==== DATA LISTING

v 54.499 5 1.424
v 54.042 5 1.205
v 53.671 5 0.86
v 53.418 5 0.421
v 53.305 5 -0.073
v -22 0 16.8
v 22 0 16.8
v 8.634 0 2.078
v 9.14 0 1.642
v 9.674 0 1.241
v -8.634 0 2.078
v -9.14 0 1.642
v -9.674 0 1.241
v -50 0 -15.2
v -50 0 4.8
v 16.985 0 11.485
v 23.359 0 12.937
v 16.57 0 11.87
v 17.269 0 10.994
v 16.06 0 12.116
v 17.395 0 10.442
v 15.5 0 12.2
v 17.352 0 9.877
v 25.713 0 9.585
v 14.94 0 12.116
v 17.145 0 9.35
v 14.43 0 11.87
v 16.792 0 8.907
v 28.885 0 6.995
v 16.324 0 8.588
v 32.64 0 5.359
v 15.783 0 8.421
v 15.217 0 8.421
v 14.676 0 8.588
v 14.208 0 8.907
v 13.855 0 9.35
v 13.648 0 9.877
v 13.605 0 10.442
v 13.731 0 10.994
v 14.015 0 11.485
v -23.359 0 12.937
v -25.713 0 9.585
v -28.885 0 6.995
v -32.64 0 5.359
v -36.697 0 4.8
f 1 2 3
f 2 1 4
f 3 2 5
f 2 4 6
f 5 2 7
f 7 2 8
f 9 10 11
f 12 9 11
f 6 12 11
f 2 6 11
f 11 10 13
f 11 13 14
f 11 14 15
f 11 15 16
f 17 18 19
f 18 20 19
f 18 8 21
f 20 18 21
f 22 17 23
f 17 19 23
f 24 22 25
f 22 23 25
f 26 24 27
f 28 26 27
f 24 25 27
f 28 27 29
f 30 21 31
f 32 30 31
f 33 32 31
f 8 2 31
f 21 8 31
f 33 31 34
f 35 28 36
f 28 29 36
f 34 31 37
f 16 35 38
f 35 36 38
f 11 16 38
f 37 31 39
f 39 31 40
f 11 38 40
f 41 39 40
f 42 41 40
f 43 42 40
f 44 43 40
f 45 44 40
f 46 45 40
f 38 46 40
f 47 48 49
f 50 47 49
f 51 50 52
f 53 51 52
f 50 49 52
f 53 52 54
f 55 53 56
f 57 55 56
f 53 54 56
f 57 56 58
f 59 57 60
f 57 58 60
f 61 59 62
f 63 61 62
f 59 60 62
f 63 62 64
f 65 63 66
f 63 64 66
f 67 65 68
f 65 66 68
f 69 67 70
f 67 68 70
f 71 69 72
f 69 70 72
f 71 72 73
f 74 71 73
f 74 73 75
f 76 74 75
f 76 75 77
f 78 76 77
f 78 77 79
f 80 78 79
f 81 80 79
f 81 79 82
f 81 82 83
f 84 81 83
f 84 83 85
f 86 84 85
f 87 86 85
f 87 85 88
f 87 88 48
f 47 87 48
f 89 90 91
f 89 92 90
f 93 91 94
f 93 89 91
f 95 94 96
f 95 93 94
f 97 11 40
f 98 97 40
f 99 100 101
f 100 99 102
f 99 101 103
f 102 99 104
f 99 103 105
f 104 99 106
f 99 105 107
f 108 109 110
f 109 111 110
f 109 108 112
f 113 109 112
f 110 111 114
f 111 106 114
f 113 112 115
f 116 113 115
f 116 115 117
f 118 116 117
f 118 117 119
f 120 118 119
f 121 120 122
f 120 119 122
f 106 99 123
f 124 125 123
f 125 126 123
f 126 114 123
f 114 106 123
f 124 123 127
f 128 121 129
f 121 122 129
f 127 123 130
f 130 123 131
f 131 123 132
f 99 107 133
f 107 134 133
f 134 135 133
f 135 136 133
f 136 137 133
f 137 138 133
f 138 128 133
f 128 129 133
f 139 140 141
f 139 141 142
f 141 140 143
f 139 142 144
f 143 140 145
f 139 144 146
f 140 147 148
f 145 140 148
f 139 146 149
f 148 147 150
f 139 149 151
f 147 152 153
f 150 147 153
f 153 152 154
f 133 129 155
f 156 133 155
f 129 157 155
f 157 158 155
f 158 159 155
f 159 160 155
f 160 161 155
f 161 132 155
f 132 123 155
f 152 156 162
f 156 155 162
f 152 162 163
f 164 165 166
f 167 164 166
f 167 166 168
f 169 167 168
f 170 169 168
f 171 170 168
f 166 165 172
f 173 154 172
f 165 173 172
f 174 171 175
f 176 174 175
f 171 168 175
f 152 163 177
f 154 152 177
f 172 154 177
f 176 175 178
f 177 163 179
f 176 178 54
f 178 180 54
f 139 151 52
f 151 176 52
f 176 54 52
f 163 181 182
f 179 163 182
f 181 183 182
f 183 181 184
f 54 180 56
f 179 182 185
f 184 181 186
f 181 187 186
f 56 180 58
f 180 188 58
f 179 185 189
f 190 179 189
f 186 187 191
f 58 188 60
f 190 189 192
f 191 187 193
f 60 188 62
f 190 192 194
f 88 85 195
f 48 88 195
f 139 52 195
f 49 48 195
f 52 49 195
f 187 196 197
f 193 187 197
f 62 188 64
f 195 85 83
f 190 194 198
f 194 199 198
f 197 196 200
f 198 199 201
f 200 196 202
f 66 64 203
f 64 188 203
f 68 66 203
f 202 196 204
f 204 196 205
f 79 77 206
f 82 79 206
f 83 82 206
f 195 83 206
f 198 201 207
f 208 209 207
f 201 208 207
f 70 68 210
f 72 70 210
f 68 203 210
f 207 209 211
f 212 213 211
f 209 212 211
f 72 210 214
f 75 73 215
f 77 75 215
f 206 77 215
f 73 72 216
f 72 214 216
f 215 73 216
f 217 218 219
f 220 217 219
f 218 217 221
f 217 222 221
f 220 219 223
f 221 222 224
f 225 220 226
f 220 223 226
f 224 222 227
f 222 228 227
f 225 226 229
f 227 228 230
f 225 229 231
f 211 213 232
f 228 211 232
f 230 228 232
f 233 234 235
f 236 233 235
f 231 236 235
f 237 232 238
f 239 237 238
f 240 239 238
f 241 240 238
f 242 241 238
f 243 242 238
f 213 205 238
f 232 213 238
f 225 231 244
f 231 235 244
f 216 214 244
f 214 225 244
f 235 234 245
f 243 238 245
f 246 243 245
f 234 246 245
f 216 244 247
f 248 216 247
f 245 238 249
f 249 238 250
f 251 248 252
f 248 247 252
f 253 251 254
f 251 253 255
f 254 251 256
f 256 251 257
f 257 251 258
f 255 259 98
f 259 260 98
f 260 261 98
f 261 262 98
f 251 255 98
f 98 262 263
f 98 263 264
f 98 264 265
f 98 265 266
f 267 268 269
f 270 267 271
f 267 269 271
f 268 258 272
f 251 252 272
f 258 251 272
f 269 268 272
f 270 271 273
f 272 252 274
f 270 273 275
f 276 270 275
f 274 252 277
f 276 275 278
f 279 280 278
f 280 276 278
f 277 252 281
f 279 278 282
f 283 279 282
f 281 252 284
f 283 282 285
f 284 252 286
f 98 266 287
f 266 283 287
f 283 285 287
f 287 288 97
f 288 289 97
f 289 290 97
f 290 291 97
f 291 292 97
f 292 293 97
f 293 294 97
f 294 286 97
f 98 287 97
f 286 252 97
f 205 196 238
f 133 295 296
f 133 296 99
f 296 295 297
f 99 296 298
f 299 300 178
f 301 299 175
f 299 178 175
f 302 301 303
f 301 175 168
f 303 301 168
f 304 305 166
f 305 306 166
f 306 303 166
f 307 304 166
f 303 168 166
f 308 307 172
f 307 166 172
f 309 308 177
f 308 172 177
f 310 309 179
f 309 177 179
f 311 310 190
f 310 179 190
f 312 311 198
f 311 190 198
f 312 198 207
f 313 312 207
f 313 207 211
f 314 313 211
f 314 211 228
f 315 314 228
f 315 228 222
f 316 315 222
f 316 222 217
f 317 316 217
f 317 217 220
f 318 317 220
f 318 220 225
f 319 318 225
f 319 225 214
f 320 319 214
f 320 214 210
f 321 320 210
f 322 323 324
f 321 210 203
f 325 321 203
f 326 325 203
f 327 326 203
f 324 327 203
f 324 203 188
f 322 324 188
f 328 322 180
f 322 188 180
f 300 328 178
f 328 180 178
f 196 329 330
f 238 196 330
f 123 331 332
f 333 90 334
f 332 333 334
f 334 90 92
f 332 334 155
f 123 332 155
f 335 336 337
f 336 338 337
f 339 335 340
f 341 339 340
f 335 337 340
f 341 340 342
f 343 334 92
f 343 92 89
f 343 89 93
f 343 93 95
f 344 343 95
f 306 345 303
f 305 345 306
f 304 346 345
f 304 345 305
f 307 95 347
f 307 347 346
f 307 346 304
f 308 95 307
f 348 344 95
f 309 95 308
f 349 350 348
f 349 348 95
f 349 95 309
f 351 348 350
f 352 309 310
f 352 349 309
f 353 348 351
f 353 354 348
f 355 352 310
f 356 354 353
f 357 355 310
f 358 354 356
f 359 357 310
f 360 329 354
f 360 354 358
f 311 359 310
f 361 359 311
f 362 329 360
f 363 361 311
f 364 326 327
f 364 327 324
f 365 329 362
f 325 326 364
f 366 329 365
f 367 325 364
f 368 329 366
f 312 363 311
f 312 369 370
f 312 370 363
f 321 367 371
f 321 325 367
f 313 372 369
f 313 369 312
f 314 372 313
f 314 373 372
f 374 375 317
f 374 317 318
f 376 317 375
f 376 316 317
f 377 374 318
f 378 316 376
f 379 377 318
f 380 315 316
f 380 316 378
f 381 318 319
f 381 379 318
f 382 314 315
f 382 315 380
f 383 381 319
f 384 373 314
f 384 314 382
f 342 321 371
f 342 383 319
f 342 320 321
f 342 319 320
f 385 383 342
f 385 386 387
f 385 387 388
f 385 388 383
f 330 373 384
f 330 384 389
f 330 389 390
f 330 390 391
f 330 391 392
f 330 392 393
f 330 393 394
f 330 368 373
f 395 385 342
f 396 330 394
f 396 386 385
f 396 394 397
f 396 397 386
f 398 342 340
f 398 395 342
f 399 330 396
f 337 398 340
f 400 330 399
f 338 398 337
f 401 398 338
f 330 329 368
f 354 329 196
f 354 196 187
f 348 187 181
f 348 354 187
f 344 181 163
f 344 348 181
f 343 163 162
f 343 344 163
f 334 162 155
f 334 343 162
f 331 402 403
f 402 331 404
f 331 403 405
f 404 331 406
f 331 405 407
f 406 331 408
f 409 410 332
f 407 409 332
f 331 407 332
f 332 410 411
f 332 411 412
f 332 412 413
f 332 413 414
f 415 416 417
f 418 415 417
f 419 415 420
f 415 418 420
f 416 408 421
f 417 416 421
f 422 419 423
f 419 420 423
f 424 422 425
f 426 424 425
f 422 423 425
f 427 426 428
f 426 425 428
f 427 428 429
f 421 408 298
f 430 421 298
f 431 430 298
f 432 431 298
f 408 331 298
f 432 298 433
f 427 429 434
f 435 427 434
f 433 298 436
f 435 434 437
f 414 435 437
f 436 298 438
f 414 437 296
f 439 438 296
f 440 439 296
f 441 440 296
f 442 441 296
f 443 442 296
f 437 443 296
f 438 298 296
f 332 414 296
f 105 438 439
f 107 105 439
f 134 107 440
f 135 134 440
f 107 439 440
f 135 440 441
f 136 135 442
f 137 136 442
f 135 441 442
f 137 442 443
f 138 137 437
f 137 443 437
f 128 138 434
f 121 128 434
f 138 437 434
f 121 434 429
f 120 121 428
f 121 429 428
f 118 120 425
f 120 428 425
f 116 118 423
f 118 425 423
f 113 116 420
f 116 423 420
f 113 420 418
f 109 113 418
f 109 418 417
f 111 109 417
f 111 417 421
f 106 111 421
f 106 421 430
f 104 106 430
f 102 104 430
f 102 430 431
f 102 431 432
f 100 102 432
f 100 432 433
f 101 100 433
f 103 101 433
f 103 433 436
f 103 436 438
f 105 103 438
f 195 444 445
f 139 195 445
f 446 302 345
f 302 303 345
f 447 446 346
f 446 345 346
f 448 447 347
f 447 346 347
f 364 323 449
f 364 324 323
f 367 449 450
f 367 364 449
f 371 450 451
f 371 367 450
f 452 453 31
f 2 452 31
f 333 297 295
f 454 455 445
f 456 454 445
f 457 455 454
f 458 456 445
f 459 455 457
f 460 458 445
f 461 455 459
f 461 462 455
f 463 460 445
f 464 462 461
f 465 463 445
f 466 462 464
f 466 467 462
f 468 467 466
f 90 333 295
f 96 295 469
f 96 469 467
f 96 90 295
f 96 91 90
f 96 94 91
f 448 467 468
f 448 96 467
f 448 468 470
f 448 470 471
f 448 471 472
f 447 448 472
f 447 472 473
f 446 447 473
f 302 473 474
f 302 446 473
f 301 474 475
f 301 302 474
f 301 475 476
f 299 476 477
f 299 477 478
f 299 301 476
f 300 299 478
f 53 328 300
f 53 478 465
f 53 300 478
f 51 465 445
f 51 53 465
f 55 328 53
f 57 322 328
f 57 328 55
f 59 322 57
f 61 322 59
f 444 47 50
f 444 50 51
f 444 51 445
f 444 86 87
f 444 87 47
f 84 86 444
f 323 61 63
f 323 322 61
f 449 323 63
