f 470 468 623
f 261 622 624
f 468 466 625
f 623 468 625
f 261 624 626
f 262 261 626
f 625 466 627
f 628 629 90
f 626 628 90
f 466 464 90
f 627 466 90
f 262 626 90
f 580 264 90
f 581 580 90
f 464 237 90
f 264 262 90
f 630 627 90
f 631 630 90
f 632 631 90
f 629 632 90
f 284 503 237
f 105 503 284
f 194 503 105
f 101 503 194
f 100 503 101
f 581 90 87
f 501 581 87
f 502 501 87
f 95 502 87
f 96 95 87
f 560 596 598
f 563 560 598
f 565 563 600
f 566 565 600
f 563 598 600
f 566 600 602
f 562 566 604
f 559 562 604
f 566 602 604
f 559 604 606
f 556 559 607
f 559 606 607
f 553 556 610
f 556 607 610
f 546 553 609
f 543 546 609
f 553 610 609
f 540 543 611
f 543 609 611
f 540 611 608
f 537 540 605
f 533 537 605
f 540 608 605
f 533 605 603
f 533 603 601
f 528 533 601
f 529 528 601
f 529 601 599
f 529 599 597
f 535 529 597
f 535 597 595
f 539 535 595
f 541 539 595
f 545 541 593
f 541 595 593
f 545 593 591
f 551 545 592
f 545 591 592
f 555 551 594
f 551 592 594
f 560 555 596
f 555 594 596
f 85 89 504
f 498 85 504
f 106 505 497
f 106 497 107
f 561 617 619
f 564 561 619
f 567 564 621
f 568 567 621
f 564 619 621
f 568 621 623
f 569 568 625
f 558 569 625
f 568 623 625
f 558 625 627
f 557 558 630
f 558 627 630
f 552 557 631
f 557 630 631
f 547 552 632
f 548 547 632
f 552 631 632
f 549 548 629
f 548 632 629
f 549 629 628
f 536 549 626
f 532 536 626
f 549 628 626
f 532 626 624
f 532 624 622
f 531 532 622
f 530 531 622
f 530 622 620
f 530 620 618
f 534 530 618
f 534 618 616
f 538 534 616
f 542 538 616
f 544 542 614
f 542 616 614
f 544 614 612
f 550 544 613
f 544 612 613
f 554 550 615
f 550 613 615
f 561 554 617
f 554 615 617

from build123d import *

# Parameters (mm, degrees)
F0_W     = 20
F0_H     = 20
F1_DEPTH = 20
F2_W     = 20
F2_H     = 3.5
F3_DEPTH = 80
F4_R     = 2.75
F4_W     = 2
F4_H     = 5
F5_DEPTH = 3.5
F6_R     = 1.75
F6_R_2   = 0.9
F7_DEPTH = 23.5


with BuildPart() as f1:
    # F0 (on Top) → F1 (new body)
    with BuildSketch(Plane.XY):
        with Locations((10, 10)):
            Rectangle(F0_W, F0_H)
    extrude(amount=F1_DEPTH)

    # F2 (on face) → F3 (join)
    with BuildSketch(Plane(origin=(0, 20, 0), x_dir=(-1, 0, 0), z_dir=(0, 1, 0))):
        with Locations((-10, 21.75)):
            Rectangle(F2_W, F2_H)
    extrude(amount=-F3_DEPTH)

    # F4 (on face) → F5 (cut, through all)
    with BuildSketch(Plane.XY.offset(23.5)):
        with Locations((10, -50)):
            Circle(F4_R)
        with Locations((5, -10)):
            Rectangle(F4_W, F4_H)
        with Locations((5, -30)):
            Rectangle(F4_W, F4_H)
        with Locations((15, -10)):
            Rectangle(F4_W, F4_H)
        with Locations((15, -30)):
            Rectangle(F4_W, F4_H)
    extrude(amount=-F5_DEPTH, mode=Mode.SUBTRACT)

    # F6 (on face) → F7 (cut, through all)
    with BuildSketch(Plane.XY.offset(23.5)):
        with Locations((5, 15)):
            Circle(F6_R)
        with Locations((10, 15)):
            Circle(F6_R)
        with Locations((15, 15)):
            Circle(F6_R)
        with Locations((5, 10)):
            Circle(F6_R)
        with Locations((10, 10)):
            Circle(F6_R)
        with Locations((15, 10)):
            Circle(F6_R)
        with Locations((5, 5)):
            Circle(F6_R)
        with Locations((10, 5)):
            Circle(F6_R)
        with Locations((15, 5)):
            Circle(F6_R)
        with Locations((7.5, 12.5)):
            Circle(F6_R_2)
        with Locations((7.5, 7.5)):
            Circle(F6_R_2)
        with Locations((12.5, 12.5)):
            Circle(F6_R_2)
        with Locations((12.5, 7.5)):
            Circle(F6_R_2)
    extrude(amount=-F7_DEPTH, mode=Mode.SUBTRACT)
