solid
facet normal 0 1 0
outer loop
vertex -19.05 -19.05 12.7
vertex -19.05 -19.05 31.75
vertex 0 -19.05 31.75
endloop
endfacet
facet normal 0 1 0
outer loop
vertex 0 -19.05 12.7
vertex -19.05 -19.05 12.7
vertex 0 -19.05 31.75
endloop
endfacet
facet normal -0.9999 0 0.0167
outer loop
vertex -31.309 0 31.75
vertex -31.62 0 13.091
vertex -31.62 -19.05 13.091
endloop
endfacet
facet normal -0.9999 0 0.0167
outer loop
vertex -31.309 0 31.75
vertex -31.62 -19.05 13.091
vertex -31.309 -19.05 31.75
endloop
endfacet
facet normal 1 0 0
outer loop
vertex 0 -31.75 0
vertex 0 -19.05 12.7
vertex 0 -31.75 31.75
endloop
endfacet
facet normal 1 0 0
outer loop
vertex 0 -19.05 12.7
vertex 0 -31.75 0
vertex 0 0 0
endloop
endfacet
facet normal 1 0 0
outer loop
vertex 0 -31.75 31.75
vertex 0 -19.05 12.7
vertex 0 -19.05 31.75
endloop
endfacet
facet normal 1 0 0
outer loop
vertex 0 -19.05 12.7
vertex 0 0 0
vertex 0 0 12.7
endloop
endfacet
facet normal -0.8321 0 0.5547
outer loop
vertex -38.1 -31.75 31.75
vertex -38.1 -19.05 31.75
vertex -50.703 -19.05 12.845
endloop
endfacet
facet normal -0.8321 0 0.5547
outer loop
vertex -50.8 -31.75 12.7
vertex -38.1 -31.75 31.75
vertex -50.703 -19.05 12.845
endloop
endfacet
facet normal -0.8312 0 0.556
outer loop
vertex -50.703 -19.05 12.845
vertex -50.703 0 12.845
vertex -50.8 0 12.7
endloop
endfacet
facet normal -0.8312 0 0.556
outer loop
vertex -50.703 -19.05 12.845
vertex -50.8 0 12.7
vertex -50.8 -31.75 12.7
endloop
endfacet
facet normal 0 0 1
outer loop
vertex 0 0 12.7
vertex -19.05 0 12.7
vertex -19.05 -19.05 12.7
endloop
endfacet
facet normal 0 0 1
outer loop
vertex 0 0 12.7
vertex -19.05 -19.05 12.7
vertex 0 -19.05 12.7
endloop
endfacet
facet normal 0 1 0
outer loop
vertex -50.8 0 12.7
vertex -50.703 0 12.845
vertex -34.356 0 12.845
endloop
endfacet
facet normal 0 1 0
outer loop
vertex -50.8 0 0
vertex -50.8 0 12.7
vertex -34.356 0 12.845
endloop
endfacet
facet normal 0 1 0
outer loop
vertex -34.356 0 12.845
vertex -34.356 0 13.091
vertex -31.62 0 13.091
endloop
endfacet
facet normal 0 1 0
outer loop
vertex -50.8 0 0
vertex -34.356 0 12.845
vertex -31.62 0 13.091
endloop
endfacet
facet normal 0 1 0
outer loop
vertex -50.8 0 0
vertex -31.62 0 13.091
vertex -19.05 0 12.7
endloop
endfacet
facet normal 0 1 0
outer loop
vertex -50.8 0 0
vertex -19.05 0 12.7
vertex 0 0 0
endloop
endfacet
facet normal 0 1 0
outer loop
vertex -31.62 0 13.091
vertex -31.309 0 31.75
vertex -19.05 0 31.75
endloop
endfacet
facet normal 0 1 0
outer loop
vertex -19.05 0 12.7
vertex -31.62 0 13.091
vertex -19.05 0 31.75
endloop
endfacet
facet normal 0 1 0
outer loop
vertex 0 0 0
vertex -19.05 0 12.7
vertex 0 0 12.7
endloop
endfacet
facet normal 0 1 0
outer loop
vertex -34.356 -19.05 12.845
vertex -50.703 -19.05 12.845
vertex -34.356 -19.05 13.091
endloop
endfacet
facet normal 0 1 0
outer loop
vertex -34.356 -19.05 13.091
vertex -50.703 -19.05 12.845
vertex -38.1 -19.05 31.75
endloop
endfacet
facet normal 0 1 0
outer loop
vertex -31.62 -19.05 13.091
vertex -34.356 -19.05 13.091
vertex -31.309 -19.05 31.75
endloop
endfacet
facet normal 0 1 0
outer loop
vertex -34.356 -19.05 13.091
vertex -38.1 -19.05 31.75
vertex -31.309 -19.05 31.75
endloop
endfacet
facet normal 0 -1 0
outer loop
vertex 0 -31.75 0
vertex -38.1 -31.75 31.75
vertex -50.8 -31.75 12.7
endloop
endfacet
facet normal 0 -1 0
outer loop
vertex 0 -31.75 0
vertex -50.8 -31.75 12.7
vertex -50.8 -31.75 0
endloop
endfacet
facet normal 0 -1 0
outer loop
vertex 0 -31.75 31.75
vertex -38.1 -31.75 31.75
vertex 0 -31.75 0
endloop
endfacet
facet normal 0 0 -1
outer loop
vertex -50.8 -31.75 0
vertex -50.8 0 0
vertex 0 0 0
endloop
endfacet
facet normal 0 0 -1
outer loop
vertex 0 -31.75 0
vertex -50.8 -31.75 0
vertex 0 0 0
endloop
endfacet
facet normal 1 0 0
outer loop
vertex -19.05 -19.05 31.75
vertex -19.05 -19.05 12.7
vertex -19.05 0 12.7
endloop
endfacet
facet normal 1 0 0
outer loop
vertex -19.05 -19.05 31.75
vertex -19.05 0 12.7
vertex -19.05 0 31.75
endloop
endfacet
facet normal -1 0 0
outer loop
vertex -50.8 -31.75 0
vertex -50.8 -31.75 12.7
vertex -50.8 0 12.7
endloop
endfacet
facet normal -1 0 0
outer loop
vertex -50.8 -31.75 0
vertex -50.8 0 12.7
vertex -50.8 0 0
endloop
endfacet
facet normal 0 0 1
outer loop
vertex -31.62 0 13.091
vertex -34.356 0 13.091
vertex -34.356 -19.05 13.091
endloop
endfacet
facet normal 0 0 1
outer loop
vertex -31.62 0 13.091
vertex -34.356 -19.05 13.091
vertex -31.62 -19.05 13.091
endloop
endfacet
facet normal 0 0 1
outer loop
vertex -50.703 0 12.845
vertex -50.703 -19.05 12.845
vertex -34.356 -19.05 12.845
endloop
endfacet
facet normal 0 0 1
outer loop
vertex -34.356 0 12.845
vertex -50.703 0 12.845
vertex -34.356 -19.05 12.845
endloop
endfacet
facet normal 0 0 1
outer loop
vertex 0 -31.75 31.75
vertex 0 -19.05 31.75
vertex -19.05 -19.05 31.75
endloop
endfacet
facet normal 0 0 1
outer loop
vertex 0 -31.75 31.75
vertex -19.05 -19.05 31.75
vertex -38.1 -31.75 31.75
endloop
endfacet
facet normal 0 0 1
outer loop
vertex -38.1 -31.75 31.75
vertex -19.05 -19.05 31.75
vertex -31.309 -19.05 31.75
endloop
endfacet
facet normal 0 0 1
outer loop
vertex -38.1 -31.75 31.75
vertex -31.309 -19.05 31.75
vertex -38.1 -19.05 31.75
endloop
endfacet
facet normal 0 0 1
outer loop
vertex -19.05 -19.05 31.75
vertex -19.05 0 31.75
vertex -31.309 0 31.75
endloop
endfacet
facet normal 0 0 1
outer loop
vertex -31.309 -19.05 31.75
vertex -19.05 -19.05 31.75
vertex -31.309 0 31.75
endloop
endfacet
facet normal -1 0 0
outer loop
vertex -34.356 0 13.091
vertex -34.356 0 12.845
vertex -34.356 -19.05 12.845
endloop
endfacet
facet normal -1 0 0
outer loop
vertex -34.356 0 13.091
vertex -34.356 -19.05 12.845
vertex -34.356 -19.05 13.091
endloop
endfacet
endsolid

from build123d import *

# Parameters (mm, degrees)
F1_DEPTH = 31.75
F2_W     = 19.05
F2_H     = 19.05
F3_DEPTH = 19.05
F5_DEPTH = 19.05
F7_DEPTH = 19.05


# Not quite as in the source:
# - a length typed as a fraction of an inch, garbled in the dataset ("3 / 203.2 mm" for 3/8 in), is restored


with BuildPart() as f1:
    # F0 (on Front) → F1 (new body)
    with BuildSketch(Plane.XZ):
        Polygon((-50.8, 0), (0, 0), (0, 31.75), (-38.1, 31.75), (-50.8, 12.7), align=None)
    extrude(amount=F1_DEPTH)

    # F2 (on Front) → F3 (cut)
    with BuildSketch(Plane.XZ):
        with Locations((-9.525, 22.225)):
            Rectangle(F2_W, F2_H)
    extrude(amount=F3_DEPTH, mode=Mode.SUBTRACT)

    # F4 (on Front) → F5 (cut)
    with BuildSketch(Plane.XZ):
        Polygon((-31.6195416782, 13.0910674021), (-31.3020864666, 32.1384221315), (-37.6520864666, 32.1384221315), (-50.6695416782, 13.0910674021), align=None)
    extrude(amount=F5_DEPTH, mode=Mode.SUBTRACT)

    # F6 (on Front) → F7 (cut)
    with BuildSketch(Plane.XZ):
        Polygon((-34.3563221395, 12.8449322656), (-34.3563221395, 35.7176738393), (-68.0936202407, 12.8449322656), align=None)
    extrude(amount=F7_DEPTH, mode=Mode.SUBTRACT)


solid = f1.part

========

- WORK ORDER -
The required output is the stretch of entries above from the line containing "f 269 268 272" through the line containing "f 361 359 311", reproduced exactly.

- FINISHED TASK -
f 269 268 272
f 270 271 273
f 272 252 274
f 270 273 275
f 276 270 275
f 274 252 277
f 276 275 278
f 279 280 278
f 280 276 278
f 277 252 281
f 279 278 282
f 283 279 282
f 281 252 284
f 283 282 285
f 284 252 286
f 98 266 287
f 266 283 287
f 283 285 287
f 287 288 97
f 288 289 97
f 289 290 97
f 290 291 97
f 291 292 97
f 292 293 97
f 293 294 97
f 294 286 97
f 98 287 97
f 286 252 97
f 205 196 238
f 133 295 296
f 133 296 99
f 296 295 297
f 99 296 298
f 299 300 178
f 301 299 175
f 299 178 175
f 302 301 303
f 301 175 168
f 303 301 168
f 304 305 166
f 305 306 166
f 306 303 166
f 307 304 166
f 303 168 166
f 308 307 172
f 307 166 172
f 309 308 177
f 308 172 177
f 310 309 179
f 309 177 179
f 311 310 190
f 310 179 190
f 312 311 198
f 311 190 198
f 312 198 207
f 313 312 207
f 313 207 211
f 314 313 211
f 314 211 228
f 315 314 228
f 315 228 222
f 316 315 222
f 316 222 217
f 317 316 217
f 317 217 220
f 318 317 220
f 318 220 225
f 319 318 225
f 319 225 214
f 320 319 214
f 320 214 210
f 321 320 210
f 322 323 324
f 321 210 203
f 325 321 203
f 326 325 203
f 327 326 203
f 324 327 203
f 324 203 188
f 322 324 188
f 328 322 180
f 322 188 180
f 300 328 178
f 328 180 178
f 196 329 330
f 238 196 330
f 123 331 332
f 333 90 334
f 332 333 334
f 334 90 92
f 332 334 155
f 123 332 155
f 335 336 337
f 336 338 337
f 339 335 340
f 341 339 340
f 335 337 340
f 341 340 342
f 343 334 92
f 343 92 89
f 343 89 93
f 343 93 95
f 344 343 95
f 306 345 303
f 305 345 306
f 304 346 345
f 304 345 305
f 307 95 347
f 307 347 346
f 307 346 304
f 308 95 307
f 348 344 95
f 309 95 308
f 349 350 348
f 349 348 95
f 349 95 309
f 351 348 350
f 352 309 310
f 352 349 309
f 353 348 351
f 353 354 348
f 355 352 310
f 356 354 353
f 357 355 310
f 358 354 356
f 359 357 310
f 360 329 354
f 360 354 358
f 311 359 310
f 361 359 311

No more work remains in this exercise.